Morissette, Clarkson, and Webster

Kelly Clarkson bought her first dictionary because of Alanis Morissette. From Billboard :

Clarkson remarked that Morissette’s ability to bring “Webster Dictionary words” to her music fascinates the Idol alum. “I bought my first dictionary because of you,” Clarkson shared. “I was very young, and I was like, ‘What are these words? They mean something and I just need to look them up!’ Literally you are the reason why I owned a dictionary for the very first time.”
Related reading
All OCA dictionary posts (Pinboard)

[Wikipedia: “Webster's Dictionary is any of the English language dictionaries edited in the early 19th century by Noah Webster (1758–1843), an American lexicographer, as well as numerous related or unrelated dictionaries that have adopted the Webster’s name in his honor. “Webster’s” has since become a genericized trademark in the United States for English dictionaries, and is widely used in dictionary titles. Merriam-Webster is the corporate heir to Noah Webster’s original works, which are in the public domain.”]

Today’s Saturday Stumper

Whenever I see Stella Zawistowski’s name on a Newsday Saturday Stumper, I wonder what I’m in for. SZ makes a mean puzzle. This Stumper though was relatively easy — a nineteen-minute-er for me. I started with two gimmes that crossed: 33-D, three letters, “Where Washington U. is” and 41-A, five letters, “Key with six black keys.” And then a whole chunk of the puzzle began falling into place.

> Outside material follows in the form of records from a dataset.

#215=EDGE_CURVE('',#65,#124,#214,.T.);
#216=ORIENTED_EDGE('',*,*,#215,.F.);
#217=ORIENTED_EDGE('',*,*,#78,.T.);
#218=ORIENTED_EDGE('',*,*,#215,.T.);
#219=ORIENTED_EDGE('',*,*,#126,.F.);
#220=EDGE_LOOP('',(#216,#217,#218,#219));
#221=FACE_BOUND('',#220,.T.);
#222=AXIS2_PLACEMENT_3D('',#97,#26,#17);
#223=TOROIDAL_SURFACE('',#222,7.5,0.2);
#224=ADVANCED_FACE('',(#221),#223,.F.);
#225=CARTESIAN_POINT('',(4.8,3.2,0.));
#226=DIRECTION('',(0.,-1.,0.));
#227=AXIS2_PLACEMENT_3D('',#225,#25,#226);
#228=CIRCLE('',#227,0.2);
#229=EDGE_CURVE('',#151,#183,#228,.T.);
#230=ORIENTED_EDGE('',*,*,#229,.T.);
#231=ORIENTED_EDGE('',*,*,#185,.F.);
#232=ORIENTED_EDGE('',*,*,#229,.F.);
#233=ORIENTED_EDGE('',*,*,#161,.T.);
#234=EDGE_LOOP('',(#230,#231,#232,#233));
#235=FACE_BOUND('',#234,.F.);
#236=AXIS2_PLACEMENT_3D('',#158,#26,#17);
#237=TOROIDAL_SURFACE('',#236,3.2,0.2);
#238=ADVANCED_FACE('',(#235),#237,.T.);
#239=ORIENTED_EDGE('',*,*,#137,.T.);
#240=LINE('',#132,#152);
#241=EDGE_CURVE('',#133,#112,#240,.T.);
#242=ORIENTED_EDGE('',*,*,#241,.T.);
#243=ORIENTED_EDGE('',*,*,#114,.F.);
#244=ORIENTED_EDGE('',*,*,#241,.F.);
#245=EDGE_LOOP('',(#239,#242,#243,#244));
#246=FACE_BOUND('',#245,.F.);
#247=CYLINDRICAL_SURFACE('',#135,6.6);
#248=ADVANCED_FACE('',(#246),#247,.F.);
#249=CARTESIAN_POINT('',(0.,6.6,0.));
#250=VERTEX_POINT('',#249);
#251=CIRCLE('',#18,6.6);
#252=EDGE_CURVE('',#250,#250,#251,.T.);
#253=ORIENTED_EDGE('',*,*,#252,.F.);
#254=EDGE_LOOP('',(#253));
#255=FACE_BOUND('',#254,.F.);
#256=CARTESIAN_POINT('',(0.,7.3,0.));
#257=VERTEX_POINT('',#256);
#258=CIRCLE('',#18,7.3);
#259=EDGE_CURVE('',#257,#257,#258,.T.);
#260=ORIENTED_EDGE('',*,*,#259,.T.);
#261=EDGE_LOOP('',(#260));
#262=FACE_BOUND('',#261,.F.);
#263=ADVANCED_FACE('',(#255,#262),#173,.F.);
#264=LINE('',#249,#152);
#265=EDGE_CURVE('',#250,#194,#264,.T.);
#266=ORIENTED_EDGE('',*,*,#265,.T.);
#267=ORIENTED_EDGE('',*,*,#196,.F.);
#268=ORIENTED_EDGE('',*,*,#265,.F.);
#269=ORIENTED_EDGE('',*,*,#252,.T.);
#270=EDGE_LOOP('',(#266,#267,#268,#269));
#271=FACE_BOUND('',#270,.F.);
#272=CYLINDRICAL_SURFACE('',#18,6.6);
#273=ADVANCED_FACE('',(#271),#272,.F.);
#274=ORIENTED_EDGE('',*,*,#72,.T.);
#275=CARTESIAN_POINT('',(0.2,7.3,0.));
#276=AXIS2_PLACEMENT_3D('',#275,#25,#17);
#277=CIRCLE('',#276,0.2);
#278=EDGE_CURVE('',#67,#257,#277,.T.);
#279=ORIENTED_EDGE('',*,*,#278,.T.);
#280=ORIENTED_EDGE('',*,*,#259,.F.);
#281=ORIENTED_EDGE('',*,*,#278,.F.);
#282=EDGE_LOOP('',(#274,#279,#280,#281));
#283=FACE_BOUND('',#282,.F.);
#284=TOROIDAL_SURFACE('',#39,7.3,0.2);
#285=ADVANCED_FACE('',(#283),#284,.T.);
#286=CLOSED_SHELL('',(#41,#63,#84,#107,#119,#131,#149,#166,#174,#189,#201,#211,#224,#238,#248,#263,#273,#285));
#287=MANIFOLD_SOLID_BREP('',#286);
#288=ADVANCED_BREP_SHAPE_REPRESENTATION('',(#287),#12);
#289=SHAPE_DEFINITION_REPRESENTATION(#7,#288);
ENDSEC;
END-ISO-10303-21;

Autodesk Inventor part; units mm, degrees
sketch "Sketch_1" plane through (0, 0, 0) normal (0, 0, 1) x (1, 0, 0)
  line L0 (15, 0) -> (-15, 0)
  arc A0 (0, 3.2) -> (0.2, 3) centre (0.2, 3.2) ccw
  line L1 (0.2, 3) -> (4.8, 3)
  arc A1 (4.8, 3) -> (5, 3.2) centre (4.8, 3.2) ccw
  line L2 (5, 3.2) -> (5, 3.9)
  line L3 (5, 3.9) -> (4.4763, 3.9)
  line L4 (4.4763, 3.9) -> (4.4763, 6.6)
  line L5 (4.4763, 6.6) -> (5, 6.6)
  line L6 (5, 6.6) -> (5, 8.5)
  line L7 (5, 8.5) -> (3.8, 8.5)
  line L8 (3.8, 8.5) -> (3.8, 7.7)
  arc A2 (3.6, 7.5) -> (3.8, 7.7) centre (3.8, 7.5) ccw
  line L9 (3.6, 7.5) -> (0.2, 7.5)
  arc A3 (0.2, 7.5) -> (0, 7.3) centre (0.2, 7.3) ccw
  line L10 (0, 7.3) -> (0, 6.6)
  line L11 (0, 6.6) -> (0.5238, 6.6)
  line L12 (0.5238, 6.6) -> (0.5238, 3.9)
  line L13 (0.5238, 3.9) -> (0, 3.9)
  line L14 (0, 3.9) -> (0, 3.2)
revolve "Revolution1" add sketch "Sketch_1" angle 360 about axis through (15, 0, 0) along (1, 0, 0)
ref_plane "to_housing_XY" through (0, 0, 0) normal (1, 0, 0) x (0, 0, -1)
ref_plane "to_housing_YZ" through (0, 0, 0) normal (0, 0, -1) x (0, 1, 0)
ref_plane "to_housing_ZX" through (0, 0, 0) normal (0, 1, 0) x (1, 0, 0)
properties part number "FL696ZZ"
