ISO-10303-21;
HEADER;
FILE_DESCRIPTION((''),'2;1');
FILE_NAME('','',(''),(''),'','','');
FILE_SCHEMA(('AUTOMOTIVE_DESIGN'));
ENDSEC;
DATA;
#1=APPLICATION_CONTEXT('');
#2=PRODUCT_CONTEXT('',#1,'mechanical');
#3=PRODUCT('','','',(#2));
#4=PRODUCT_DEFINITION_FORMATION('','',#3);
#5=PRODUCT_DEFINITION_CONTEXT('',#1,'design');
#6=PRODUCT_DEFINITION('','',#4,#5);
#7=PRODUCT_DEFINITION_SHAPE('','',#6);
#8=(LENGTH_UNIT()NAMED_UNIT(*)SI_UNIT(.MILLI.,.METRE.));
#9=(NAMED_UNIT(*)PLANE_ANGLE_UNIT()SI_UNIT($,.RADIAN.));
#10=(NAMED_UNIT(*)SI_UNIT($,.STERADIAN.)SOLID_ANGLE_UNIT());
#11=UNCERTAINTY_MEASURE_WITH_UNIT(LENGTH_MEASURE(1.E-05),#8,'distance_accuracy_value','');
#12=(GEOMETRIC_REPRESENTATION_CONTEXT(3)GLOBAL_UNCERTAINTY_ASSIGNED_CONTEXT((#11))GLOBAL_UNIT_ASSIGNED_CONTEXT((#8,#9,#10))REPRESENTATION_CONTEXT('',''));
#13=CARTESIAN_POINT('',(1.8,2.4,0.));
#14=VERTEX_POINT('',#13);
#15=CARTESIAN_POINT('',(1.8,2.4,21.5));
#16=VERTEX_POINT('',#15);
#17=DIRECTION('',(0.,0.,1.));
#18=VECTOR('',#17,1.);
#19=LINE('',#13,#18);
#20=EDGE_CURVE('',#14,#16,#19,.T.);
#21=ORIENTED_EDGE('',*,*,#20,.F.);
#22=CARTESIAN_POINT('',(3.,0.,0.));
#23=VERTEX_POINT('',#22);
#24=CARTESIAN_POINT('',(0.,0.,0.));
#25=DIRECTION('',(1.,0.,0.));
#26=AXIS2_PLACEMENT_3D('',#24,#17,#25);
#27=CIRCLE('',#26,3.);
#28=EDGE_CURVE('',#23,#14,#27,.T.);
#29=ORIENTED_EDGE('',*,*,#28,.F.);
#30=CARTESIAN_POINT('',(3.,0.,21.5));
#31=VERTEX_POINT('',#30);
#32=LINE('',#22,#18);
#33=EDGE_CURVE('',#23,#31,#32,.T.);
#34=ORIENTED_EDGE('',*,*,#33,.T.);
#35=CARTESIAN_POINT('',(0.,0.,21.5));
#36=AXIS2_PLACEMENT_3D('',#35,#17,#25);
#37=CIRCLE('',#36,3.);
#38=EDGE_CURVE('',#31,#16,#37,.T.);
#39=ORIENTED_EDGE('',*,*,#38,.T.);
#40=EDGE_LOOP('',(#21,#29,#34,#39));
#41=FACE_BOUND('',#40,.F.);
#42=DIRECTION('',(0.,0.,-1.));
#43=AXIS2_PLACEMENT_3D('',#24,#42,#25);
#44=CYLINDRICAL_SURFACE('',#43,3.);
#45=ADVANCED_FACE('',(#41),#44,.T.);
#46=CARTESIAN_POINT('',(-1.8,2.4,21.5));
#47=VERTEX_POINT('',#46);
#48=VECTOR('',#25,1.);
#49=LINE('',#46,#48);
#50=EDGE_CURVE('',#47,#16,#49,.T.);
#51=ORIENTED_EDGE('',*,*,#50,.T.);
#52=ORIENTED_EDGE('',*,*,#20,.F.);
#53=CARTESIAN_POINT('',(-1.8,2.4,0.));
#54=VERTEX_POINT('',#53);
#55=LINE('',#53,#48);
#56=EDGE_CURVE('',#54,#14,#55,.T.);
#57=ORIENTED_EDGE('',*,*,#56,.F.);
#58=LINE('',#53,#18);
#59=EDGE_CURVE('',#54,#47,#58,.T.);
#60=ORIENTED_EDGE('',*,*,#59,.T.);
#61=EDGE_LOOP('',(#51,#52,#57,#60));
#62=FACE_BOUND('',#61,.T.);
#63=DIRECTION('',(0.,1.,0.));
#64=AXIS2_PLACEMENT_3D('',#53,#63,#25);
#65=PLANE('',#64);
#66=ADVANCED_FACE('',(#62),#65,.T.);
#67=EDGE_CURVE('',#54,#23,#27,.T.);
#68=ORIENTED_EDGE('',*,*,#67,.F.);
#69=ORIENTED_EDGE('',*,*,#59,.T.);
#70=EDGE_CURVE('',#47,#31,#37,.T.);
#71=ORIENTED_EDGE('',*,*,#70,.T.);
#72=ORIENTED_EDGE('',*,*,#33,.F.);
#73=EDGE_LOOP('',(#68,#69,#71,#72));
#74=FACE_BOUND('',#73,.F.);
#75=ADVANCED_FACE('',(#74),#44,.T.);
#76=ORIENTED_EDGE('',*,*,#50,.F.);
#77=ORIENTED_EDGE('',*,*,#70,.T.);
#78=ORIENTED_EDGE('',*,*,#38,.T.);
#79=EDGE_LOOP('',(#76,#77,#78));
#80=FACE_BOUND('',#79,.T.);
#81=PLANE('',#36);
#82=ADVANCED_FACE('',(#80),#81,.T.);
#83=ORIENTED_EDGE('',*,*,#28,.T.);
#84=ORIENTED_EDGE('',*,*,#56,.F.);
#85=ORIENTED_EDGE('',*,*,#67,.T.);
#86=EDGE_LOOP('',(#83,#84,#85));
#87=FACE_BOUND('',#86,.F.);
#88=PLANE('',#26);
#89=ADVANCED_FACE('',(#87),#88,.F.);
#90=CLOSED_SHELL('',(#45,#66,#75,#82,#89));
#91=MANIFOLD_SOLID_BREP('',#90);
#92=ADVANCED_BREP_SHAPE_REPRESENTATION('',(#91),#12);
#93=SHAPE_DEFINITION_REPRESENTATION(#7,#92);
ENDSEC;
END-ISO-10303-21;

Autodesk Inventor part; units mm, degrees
ref_plane "YZ Plane" through (0, 0, 0) normal (1, 0, 0) x (0, 1, 0)
ref_plane "XZ Plane" through (0, 0, 0) normal (0, 1, 0) x (-1, 0, 0)
ref_plane "XY Plane" through (0, 0, 0) normal (0, 0, 1) x (1, 0, 0)
sketch "Sketch1" plane through (0, 0, 0) normal (0, 0, 1) x (1, 0, 0)
  circle A0 centre (0, 0) radius 3
  line L0 (0, 0) -> (0, -3) construction
  line L1 (-1.8, 2.4) -> (1.8, 2.4)
  dimension "d0" = 6
  dimension "d1" = 5.4
extrude "Extrusion1" add sketch "Sketch1" along normal blind 21.5 contours A0 L1 picked at (0.3021, 0.4498)
properties part number "ShoulderServoShaft" material "Aluminum 6061"
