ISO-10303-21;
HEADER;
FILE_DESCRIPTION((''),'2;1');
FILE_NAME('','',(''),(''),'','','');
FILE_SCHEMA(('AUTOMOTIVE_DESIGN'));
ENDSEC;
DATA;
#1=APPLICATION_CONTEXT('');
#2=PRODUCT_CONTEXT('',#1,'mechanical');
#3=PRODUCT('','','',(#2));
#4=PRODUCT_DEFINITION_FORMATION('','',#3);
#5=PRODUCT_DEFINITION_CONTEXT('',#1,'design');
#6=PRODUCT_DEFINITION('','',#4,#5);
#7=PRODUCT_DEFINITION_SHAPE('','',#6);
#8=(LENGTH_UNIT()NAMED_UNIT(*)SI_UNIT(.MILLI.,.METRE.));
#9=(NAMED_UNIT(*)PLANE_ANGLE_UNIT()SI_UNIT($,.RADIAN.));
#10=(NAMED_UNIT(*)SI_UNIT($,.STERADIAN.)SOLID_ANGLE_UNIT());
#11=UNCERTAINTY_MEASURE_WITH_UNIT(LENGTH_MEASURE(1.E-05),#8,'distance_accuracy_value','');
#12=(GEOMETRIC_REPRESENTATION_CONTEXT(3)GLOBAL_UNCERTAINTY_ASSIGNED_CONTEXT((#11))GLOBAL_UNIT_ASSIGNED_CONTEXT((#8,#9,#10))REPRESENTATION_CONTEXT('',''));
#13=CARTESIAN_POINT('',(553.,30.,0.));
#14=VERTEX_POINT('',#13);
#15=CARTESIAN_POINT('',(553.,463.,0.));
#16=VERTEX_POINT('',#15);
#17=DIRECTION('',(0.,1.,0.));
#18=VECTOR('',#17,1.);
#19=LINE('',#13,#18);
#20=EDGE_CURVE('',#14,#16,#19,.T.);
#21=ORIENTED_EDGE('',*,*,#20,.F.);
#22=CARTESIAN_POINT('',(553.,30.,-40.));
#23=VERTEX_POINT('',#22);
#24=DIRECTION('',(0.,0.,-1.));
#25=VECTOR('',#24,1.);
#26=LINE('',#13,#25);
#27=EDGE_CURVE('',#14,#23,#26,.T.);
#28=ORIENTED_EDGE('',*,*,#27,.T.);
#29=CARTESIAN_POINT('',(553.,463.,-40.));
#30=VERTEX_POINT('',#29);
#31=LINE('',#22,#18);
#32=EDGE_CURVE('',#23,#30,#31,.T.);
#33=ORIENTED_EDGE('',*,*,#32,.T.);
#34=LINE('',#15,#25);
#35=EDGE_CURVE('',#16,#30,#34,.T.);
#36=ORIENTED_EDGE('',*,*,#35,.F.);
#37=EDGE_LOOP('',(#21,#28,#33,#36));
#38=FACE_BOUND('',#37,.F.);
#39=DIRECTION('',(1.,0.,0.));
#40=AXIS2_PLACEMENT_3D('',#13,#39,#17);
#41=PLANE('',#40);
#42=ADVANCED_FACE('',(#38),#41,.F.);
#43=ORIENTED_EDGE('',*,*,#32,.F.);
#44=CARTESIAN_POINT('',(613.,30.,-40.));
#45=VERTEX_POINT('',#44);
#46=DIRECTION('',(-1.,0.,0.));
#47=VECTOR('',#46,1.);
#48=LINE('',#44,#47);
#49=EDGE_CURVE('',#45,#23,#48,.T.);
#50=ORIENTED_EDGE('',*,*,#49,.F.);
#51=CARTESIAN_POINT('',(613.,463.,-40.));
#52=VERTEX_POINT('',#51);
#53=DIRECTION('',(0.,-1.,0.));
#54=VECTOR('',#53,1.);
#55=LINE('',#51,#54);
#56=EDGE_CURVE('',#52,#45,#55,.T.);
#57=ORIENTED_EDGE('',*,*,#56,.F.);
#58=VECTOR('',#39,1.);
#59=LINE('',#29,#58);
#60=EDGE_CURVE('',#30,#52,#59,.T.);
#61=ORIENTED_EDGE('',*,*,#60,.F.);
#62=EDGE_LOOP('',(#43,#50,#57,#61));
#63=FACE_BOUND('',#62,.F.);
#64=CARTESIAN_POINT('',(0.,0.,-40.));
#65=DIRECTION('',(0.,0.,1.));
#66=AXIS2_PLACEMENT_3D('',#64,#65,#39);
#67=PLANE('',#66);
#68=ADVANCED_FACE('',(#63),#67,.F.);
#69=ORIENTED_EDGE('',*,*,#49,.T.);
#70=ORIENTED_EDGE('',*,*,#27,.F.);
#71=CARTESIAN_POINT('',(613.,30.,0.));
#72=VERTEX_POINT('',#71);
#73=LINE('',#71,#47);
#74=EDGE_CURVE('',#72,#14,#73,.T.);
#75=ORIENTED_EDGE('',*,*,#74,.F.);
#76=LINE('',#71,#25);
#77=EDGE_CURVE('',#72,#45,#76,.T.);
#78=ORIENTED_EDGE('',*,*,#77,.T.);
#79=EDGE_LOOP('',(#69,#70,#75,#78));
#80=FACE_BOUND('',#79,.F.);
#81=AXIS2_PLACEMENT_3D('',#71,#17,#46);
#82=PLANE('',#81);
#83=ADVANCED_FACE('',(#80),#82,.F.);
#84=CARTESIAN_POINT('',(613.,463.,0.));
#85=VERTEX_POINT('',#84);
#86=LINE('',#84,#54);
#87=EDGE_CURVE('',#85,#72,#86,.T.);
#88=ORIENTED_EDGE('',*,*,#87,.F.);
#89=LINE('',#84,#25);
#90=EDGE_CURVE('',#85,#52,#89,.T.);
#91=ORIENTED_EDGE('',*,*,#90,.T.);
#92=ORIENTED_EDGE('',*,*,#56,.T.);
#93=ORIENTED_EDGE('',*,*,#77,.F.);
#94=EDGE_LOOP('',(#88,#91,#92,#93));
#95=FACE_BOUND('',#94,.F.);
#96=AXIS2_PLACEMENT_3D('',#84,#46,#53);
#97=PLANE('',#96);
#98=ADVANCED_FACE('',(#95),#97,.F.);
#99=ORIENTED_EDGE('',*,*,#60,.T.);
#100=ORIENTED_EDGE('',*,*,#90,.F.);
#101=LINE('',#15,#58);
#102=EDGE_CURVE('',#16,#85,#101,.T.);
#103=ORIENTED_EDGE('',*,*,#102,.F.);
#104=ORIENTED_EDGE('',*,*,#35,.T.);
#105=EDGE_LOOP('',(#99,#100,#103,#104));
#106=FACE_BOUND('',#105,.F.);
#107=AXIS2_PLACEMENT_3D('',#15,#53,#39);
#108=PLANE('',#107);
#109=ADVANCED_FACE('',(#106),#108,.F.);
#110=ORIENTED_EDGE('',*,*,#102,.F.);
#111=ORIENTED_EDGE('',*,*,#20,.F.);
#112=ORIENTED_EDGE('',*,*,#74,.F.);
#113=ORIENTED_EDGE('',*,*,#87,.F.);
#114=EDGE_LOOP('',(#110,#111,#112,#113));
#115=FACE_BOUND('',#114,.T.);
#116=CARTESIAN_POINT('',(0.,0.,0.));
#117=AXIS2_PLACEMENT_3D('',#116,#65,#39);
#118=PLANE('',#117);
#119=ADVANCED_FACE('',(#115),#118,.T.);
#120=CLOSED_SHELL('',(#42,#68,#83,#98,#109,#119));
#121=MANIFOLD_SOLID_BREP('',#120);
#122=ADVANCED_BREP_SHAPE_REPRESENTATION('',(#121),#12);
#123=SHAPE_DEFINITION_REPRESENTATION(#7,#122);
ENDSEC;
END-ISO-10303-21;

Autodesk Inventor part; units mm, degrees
ref_plane "YZ Plane" through (0, 0, 0) normal (1, 0, 0) x (0, 1, 0)
ref_plane "XZ Plane" through (0, 0, 0) normal (0, 1, 0) x (-1, 0, 0)
ref_plane "XY Plane" through (0, 0, 0) normal (0, 0, 1) x (1, 0, 0)
sketch "Sketch1" plane through (0, 0, 0) normal (0, 0, 1) x (1, 0, 0)
  line L0 (613, 463) -> (613, 30)
  line L1 (613, 30) -> (553, 30)
  line L2 (553, 30) -> (553, 463)
  line L3 (553, 463) -> (613, 463)
  point P0 (0, 0)
  dimension "d0" = 60
extrude "Extrusion1" add sketch "Sketch1" against normal blind 40
properties part number "Tower" material "Wood"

Some clue-and-answer pairs of note:

6-D, five letters, “Units of volume.” Strained, but I appreciate the pun.

7-D, four letters, “Block buster.” See 6-D.

15-A, five letters, “Places for addresses.” I don’t like this plural, but I’m glad I know it.

17-A, ten letters, “Routines without resolution.” Really? I think of the answer as a label for what one doesn’t like.

20-A, ten letters, “The Buick stops here.” At Harry Truman’s house?

32-A, nine letters, “Banes of hosts.” I haven’t thought of the answer since the days of “theory.”

34-D, seven letters, “Pedestrian observer.” I thought of someone uttering banalities.

35-D, seven letters, “Name from the Greek for ‘foreign.’” Yes, it’s so.

36-D, seven letters, “One delivering mail.” By the time I got to this clue, I could see right through it.

46-D, give letters, “Argentine avenue.” I just like the word.

48-A, nine letters, “Liquid refreshment.” Yes, please.

52-D, three letters, “Saw around.” See 36-D.

My favorite in this puzzle: 45-A, three letters, “Nursing degree.” So clever.

No spoilers; the answers are in the comments.

Friday, October 20, 2023

“Molly, you in danger, girl”

On the PBS NewsHour tonight, Geoff Bennett asked Jonathan Capehart about Kenneth Chesbro‘s and Sidney Powell‘s plea bargains:

“What do you think this means for Donald Trump, Jonathan?”

[Laughs.] “There’s a great scene in the movie Ghost where Whoopi Goldberg says to Demi Moore, ‘Molly, you in danger, girl.’ And, you know, if I were to see Doanld Trump, I would say exactly that to him.”
Here’s the clip from the movie.

“Not playing, but banging”

The grown-ups are going to have a party, with music. Sun is a little boy.

Katherine Mansfield, “Sun and Moon” (1920).

Also from Katherine Mansfield
“Tortoiseshell cats and champagne” : A hair-tidy and pencil rays : “But he never wore a collar”

[Moon is Sun’s sister.]

At a party

“Oh, thank God! Here comes a Border collie!”

Thursday, October 19, 2023

No free will?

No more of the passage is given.